Given the user question below, classify it as either
being about `LangChain`, `Anthropic`, or `Other`.
Do not respond with more than one word.
<question>
{question}
</question>
Classification:"""
)
| ChatAnthropic(model_name="claude-3-haiku")
| StrOutputParser()
)
# We setup an IF/Else condition to route the query to the correct chain
# based on the LLM completion call above
def route_to_chain(route_name):
if "anthropic" == route_name.lower():
return anthropic_chain
elif "langchain" == route_name.lower():
return langchain_chain
else:
return general_chain
...
# Later on in the application, we can use the response from the LLM
# completion chain to control (i.e route) the flow of the application
# to the correct chain via the route_to_chain method we created
route_name = llm_completion_select_route_chain.invoke(user_query)

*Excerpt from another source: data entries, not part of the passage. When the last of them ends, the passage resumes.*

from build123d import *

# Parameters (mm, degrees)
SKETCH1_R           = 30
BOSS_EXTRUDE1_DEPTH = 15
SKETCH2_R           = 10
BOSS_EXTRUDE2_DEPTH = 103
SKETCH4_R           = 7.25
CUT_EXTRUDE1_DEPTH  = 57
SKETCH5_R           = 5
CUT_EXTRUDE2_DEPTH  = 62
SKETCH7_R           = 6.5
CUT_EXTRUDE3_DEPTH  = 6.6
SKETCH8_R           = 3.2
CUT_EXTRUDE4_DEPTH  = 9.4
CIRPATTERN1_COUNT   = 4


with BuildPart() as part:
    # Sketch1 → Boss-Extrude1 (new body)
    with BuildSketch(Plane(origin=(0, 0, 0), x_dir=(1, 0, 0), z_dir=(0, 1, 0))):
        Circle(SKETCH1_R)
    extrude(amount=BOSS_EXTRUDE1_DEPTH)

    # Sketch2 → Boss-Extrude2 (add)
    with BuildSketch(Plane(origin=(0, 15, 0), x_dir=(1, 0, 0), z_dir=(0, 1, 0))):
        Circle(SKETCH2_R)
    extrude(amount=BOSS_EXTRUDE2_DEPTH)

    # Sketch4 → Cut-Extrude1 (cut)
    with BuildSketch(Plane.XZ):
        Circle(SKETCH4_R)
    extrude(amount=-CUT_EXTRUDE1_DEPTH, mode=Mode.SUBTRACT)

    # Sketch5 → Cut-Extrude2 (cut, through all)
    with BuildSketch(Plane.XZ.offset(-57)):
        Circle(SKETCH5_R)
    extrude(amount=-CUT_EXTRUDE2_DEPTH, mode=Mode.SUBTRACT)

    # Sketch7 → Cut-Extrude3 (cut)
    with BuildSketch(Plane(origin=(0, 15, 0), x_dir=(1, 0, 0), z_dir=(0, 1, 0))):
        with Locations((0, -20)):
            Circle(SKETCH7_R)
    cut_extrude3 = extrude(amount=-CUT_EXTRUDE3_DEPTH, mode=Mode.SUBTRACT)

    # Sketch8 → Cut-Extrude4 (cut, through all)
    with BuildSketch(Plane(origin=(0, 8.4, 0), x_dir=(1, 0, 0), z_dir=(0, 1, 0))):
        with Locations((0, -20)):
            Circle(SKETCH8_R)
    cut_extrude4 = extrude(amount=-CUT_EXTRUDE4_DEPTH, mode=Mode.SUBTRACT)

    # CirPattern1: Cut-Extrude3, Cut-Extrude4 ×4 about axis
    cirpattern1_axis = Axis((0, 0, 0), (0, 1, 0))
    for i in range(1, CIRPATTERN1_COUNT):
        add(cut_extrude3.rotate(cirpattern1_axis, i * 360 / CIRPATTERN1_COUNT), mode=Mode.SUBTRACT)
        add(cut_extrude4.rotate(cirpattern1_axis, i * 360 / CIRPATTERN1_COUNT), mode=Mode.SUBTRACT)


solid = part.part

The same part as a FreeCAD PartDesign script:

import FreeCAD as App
import Part
import Sketcher
from FreeCAD import Vector
Q = App.Units.Quantity

doc = App.newDocument("Part")
body = doc.addObject("PartDesign::Body", "Body")

sketch1 = body.newObject("Sketcher::SketchObject", "Sketch")
sketch1.AttachmentSupport = (doc.getObject("XZ_Plane"), [""])
sketch1.MapMode = "FlatFace"
sketch1.addGeometry(Part.Circle(Vector(0, 0, 0), Vector(0, 0, 1), 30), False)
sketch1.addConstraint([
    Sketcher.Constraint("Coincident", 0, 3, -1, 1),
    Sketcher.Constraint("Diameter", 0, Q("60 mm")),
])
pad1 = body.newObject("PartDesign::Pad", "Pad")
pad1.Profile = sketch1
pad1.Length = 15
pad1.Reversed = True

sketch2 = body.newObject("Sketcher::SketchObject", "Sketch001")
sketch2.AttachmentSupport = (doc.getObject("XZ_Plane"), [""])
sketch2.MapMode = "FlatFace"
sketch2.AttachmentOffset = App.Placement(Vector(0, 0, -15), App.Rotation())
sketch2.addGeometry(Part.Circle(Vector(0, 0, 0), Vector(0, 0, 1), 10), False)
sketch2.addConstraint([
    Sketcher.Constraint("Coincident", 0, 3, -1, 1),
    Sketcher.Constraint("Diameter", 0, Q("20 mm")),
])
pad2 = body.newObject("PartDesign::Pad", "Pad001")
pad2.Profile = sketch2
pad2.Length = 103
pad2.Reversed = True

sketch3 = body.newObject("Sketcher::SketchObject", "Sketch002")
sketch3.AttachmentSupport = (doc.getObject("XZ_Plane"), [""])
sketch3.MapMode = "FlatFace"
sketch3.addGeometry(Part.Circle(Vector(0, 0, 0), Vector(0, 0, 1), 7), False)
sketch3.addConstraint([
    Sketcher.Constraint("Coincident", 0, 3, -1, 1),
    Sketcher.Constraint("Diameter", 0, Q("14.5 mm")),
])
pocket1 = body.newObject("PartDesign::Pocket", "Pocket")
pocket1.Profile = sketch3
pocket1.Length = 57

sketch4 = body.newObject("Sketcher::SketchObject", "Sketch003")
sketch4.AttachmentSupport = (doc.getObject("XZ_Plane"), [""])
sketch4.MapMode = "FlatFace"
sketch4.AttachmentOffset = App.Placement(Vector(0, 0, -57), App.Rotation())
sketch4.addGeometry(Part.Circle(Vector(0, 0, 0), Vector(0, 0, 1), 5), False)
sketch4.addConstraint([
    Sketcher.Constraint("Coincident", 0, 3, -1, 1),
    Sketcher.Constraint("Diameter", 0, Q("10 mm")),
])
pocket2 = body.newObject("PartDesign::Pocket", "Pocket001")
pocket2.Profile = sketch4
pocket2.Type = "ThroughAll"

sketch5 = body.newObject("Sketcher::SketchObject", "Sketch004")
sketch5.AttachmentSupport = (doc.getObject("XZ_Plane"), [""])
sketch5.MapMode = "FlatFace"
sketch5.AttachmentOffset = App.Placement(Vector(0, 0, -15), App.Rotation())
sketch5.addGeometry(Part.Circle(Vector(0, 20, 0), Vector(0, 0, 1), 6), False)
sketch5.addConstraint([
    Sketcher.Constraint("PointOnObject", 0, 3, -2),
    Sketcher.Constraint("Diameter", 0, Q("13 mm")),
    Sketcher.Constraint("DistanceY", -1, 1, 0, 3, Q("20 mm")),
])
pocket3 = body.newObject("PartDesign::Pocket", "Pocket002")
pocket3.Profile = sketch5
pocket3.Length = 6.6
pocket3.Reversed = True

sketch6 = body.newObject("Sketcher::SketchObject", "Sketch005")
sketch6.AttachmentSupport = (doc.getObject("XZ_Plane"), [""])
sketch6.MapMode = "FlatFace"
sketch6.AttachmentOffset = App.Placement(Vector(0, 0, -8.4), App.Rotation())
sketch6.addGeometry(Part.Circle(Vector(0, 20, 0), Vector(0, 0, 1), 3.2), False)
sketch6.addConstraint([
    Sketcher.Constraint("PointOnObject", 0, 3, -2),
    Sketcher.Constraint("Diameter", 0, Q("6.4 mm")),
    Sketcher.Constraint("DistanceY", -1, 1, 0, 3, Q("20 mm")),
])
pocket4 = body.newObject("PartDesign::Pocket", "Pocket003")
pocket4.Profile = sketch6
pocket4.Type = "ThroughAll"
pocket4.Reversed = True
doc.recompute()

polarpattern = body.newObject("PartDesign::PolarPattern", "PolarPattern")
polarpattern.Originals = [pocket3, pocket4]
polarpattern.Axis = (doc.getObject("Y_Axis"), [""])
polarpattern.Angle = 360
polarpattern.Occurrences = 4
body.Tip = polarpattern

doc.recompute()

chain = route_to_chain(route_name)
chain.invoke(user_query)
LLM Function Calling Router / Pedantic Router
=============================================
This leverages the function-calling ability of LLMs to pick a route to traverse. The different routes are set up as functions with appropriate descriptions in the LLM Function Call. Then, based on the query passed to the LLM, it is able to return the correct function (i.e route), for us to take.
Semantic Router
This router type leverages embeddings and similarity searches to select the best route to traverse.
Each route has a set of example queries associated with it, that become embedded and stored as vectors. The incoming query gets embedded also, and a similarity search is done against the other sample queries from the router. The route which belongs to the query with the closest match gets selected.
from semantic_router import Route
# we could use this as a guide for our chatbot to avoid political
# conversations
politics = Route(
name="politics",
utterances=[
"isn't politics the best thing ever",
"why don't you tell me about your political opinions",
"don't you just love the president",
"they're going to destroy this country!",
"they will save the country!",
],
)
# this could be used as an indicator to our chatbot to switch to a more
# conversational prompt
chitchat = Route(
name="chitchat",
utterances=[
"how's the weather today?",
"how are things going?",
"lovely weather today",
"the weather is horrendous",
"let's go to the chippy",
],
)
# we place both of our decisions together into single list
routes = [politics, chitchat]
encoder = OpenAIEncoder()
from semantic_router.layer import RouteLayer
route_layer = RouteLayer(encoder=encoder, routes=routes)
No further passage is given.